• What you are asked to do
Copy exactly, please, the lines of the data from its start through the line containing "10.007515438), (-1.593898831, 10.029484517))".

= Beginning of Section =

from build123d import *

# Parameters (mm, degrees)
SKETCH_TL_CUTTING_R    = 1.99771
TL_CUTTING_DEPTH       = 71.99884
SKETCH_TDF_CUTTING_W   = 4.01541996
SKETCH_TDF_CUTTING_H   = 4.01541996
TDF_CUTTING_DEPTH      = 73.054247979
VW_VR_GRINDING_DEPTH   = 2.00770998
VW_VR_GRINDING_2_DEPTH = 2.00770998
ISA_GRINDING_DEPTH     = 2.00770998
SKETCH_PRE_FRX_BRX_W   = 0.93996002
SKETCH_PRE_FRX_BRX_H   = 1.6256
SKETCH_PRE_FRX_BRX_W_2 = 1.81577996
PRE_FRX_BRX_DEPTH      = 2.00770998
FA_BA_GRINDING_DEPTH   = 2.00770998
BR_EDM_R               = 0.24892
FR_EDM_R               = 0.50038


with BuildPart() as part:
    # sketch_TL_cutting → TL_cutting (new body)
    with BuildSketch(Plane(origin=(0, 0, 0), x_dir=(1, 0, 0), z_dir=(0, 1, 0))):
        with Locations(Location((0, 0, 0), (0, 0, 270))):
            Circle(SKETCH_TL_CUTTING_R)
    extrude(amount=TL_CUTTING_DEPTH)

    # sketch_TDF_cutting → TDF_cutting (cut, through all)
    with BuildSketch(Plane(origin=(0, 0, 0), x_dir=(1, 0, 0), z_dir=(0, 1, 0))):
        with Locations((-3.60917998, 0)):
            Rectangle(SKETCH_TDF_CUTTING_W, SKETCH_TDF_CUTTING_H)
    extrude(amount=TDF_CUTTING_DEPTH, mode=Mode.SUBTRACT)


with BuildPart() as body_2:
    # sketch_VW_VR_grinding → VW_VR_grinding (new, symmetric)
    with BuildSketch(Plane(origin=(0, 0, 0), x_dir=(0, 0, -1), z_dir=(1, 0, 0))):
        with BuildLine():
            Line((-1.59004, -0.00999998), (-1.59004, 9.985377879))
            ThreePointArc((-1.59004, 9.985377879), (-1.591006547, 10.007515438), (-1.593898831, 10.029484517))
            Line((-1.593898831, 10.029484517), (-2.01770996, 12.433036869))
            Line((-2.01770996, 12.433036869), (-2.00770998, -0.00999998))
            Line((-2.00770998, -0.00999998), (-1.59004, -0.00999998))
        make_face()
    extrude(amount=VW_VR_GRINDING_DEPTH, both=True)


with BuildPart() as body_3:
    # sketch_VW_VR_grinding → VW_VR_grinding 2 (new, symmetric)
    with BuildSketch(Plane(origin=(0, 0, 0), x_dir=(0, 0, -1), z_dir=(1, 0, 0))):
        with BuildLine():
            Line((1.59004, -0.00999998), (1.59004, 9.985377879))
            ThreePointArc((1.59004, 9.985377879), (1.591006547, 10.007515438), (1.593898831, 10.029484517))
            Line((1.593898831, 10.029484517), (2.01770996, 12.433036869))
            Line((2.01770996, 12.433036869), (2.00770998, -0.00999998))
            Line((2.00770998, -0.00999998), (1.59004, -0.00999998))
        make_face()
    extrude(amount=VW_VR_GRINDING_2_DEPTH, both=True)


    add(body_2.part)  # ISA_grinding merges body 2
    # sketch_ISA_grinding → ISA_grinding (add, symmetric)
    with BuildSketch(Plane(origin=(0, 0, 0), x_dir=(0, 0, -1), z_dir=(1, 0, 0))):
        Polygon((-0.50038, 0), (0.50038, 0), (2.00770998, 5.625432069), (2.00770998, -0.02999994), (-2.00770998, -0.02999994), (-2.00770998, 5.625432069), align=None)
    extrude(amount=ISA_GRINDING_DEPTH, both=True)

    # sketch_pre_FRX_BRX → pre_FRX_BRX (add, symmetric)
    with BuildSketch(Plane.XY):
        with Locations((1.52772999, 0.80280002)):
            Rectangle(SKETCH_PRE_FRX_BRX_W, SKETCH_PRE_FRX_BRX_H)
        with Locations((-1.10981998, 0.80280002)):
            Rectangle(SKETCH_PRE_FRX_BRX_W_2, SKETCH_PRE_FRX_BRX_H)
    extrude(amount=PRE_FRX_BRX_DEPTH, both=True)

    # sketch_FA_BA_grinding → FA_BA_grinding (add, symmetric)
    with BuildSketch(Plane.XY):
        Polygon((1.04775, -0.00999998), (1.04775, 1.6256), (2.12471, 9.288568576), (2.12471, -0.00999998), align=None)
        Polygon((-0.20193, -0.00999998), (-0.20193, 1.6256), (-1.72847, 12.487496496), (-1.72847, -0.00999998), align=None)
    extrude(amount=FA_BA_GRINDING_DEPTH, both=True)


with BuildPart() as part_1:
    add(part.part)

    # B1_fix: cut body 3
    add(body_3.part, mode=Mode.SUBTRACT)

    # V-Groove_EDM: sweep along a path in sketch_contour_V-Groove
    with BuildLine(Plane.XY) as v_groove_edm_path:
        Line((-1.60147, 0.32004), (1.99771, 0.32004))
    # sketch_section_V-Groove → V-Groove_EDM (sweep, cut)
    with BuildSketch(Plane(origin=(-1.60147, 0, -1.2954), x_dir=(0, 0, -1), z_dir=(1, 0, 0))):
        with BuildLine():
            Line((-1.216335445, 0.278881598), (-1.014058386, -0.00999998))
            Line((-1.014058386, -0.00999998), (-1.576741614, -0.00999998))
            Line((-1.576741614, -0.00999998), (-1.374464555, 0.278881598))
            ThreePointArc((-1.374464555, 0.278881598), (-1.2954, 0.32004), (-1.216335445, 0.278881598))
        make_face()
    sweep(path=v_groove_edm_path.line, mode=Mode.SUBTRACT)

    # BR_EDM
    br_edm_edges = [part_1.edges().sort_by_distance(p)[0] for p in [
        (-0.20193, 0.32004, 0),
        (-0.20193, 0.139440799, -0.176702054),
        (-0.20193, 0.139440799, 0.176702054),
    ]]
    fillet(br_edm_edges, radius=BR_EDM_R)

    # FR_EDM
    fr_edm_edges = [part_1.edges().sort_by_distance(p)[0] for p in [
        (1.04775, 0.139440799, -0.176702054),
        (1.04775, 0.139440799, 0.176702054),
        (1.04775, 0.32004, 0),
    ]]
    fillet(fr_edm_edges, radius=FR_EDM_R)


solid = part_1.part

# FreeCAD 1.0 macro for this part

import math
import FreeCAD as App
import Part
import Sketcher

V = App.Vector
Q = App.Units.Quantity


def edges_at(feature, points):
    """Names of the edges that pass closest to the given points."""
    edges = feature.Shape.Edges
    near = lambda p: min(range(len(edges)), key=lambda i: edges[i].distToShape(Part.Vertex(*p))[0])
    return sorted({f"Edge{near(p) + 1}" for p in points})

doc = App.newDocument("Part")
params = doc.addObject("Spreadsheet::Sheet", "Params")
for row, (alias, value) in enumerate([
    ("pad1_length", "2.8346 in"),
    ("sketch3_radius", "0.01 in"),
    ("pad2_length", "4.01542 mm"),
    ("sketch4_radius", "0.01 in"),
    ("pad3_length", "4.01542 mm"),
    ("pad4_length", "4.01542 mm"),
    ("sketch6_height", "0.064 in"),
    ("pad5_length", "4.01542 mm"),
    ("pad6_length", "4.01542 mm"),
    ("fillet_radius", "0.0098 in"),
    ("fillet2_radius", "0.0197 in"),
], start=1):
    params.set(f"A{row}", alias)
    params.set(f"B{row}", "=" + value)
    params.setAlias(f"B{row}", alias)

body = doc.addObject("PartDesign::Body", "Body")

sketch1 = doc.addObject("Sketcher::SketchObject", "Sketch")
body.addObject(sketch1)
sketch1.AttachmentSupport = (doc.XZ_Plane, [""])
sketch1.MapMode = "FlatFace"
sketch1.addGeometry(Part.Circle(V(0, 0, 0), V(0, 0, 1), 1.99771), False)
sketch1.addConstraint([
    Sketcher.Constraint("Coincident", 0, 3, -1, 1),
    Sketcher.Constraint("Diameter", 0, Q("0.1573 in")),
])
pad1 = doc.addObject("PartDesign::Pad", "Pad")
body.addObject(pad1)
pad1.Profile = sketch1
pad1.setExpression("Length", "Params.pad1_length")
pad1.Reversed = True

sketch2 = doc.addObject("Sketcher::SketchObject", "Sketch001")
body.addObject(sketch2)
sketch2.AttachmentSupport = (doc.XZ_Plane, [""])
sketch2.MapMode = "FlatFace"
sketch2.addGeometry([
    Part.LineSegment(V(-5.61689, -2.00771, 0), V(-5.61689, 2.00771, 0)),
    Part.LineSegment(V(-5.61689, 2.00771, 0), V(-1.60147, 2.00771, 0)),
    Part.LineSegment(V(-1.60147, 2.00771, 0), V(-1.60147, -2.00771, 0)),
    Part.LineSegment(V(-1.60147, -2.00771, 0), V(-5.61689, -2.00771, 0)),
], False)
sketch2.addConstraint([
    Sketcher.Constraint("Coincident", 0, 2, 1, 1),
    Sketcher.Constraint("Coincident", 1, 2, 2, 1),
    Sketcher.Constraint("Coincident", 2, 2, 3, 1),
    Sketcher.Constraint("Coincident", 3, 2, 0, 1),
    Sketcher.Constraint("Vertical", 0),
    Sketcher.Constraint("Horizontal", 1),
    Sketcher.Constraint("Vertical", 2),
    Sketcher.Constraint("Horizontal", 3),
    Sketcher.Constraint("Equal", 3, 0),
    Sketcher.Constraint("DistanceX", 1, 1, 1, 2, Q("4.01542 mm")),
    Sketcher.Constraint("DistanceX", 0, 2, -1, 1, Q("5.61689 mm")),
    Sketcher.Constraint("DistanceY", -1, 1, 0, 2, Q("2.00771 mm")),
])
pocket1 = doc.addObject("PartDesign::Pocket", "Pocket")
body.addObject(pocket1)
pocket1.Profile = sketch2
pocket1.Type = "ThroughAll"
body2 = doc.addObject("PartDesign::Body", "Body001")

sketch3 = doc.addObject("Sketcher::SketchObject", "Sketch002")
body2.addObject(sketch3)
sketch3.AttachmentSupport = (doc.getObject("YZ_Plane001"), [""])
sketch3.MapMode = "FlatFace"
sketch3.addGeometry([
    Part.LineSegment(V(-0.01, 1.59004, 0), V(9.985378, 1.59004, 0)),
    Part.ArcOfCircle(Part.Circle(V(9.985378, 1.84404, 0), V(0, 0, 1), 0.254), math.radians(-89.999999), math.radians(-80.000001)),
    Part.LineSegment(V(10.029485, 1.593899, 0), V(12.433037, 2.01771, 0)),
    Part.LineSegment(V(12.433037, 2.01771, 0), V(-0.01, 2.00771, 0)),
    Part.LineSegment(V(-0.01, 2.00771, 0), V(-0.01, 1.59004, 0)),
], False)
sketch3.addConstraint([
    Sketcher.Constraint("Tangent", 0, 2, 1, 1),
    Sketcher.Constraint("Tangent", 1, 2, 2, 1),
    Sketcher.Constraint("Coincident", 2, 2, 3, 1),
    Sketcher.Constraint("Coincident", 3, 2, 4, 1),
    Sketcher.Constraint("Coincident", 4, 2, 0, 1),
    Sketcher.Constraint("Horizontal", 0),
    Sketcher.Constraint("Vertical", 4),
    Sketcher.Constraint("Radius", 1, Q("0.01 in")),
    Sketcher.Constraint("Angle", 2, Q("10 deg")),
    Sketcher.Constraint("DistanceY", -1, 1, 1, 3, Q("0.0726 in")),
    Sketcher.Constraint("DistanceY", 4, 2, 4, 1, Q("0.41767 mm")),
    Sketcher.Constraint("DistanceX", 3, 2, -1, 1, Q("0.01 mm")),
    Sketcher.Constraint("DistanceY", 3, 2, 2, 2, Q("0.01 mm")),
    Sketcher.Constraint("Distance", 3, Q("12.443041 mm")),
])
sketch3.setExpression("Constraints[7]", "Params.sketch3_radius")
pad2 = doc.addObject("PartDesign::Pad", "Pad001")
body2.addObject(pad2)
pad2.Profile = sketch3
pad2.setExpression("Length", "Params.pad2_length")
pad2.Midplane = True
body3 = doc.addObject("PartDesign::Body", "Body002")
body3.AllowCompound = True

= End of Section =

• Reply to the task
from build123d import *

# Parameters (mm, degrees)
SKETCH_TL_CUTTING_R    = 1.99771
TL_CUTTING_DEPTH       = 71.99884
SKETCH_TDF_CUTTING_W   = 4.01541996
SKETCH_TDF_CUTTING_H   = 4.01541996
TDF_CUTTING_DEPTH      = 73.054247979
VW_VR_GRINDING_DEPTH   = 2.00770998
VW_VR_GRINDING_2_DEPTH = 2.00770998
ISA_GRINDING_DEPTH     = 2.00770998
SKETCH_PRE_FRX_BRX_W   = 0.93996002
SKETCH_PRE_FRX_BRX_H   = 1.6256
SKETCH_PRE_FRX_BRX_W_2 = 1.81577996
PRE_FRX_BRX_DEPTH      = 2.00770998
FA_BA_GRINDING_DEPTH   = 2.00770998
BR_EDM_R               = 0.24892
FR_EDM_R               = 0.50038


with BuildPart() as part:
    # sketch_TL_cutting → TL_cutting (new body)
    with BuildSketch(Plane(origin=(0, 0, 0), x_dir=(1, 0, 0), z_dir=(0, 1, 0))):
        with Locations(Location((0, 0, 0), (0, 0, 270))):
            Circle(SKETCH_TL_CUTTING_R)
    extrude(amount=TL_CUTTING_DEPTH)

    # sketch_TDF_cutting → TDF_cutting (cut, through all)
    with BuildSketch(Plane(origin=(0, 0, 0), x_dir=(1, 0, 0), z_dir=(0, 1, 0))):
        with Locations((-3.60917998, 0)):
            Rectangle(SKETCH_TDF_CUTTING_W, SKETCH_TDF_CUTTING_H)
    extrude(amount=TDF_CUTTING_DEPTH, mode=Mode.SUBTRACT)


with BuildPart() as body_2:
    # sketch_VW_VR_grinding → VW_VR_grinding (new, symmetric)
    with BuildSketch(Plane(origin=(0, 0, 0), x_dir=(0, 0, -1), z_dir=(1, 0, 0))):
        with BuildLine():
            Line((-1.59004, -0.00999998), (-1.59004, 9.985377879))
            ThreePointArc((-1.59004, 9.985377879), (-1.591006547, 10.007515438), (-1.593898831, 10.029484517))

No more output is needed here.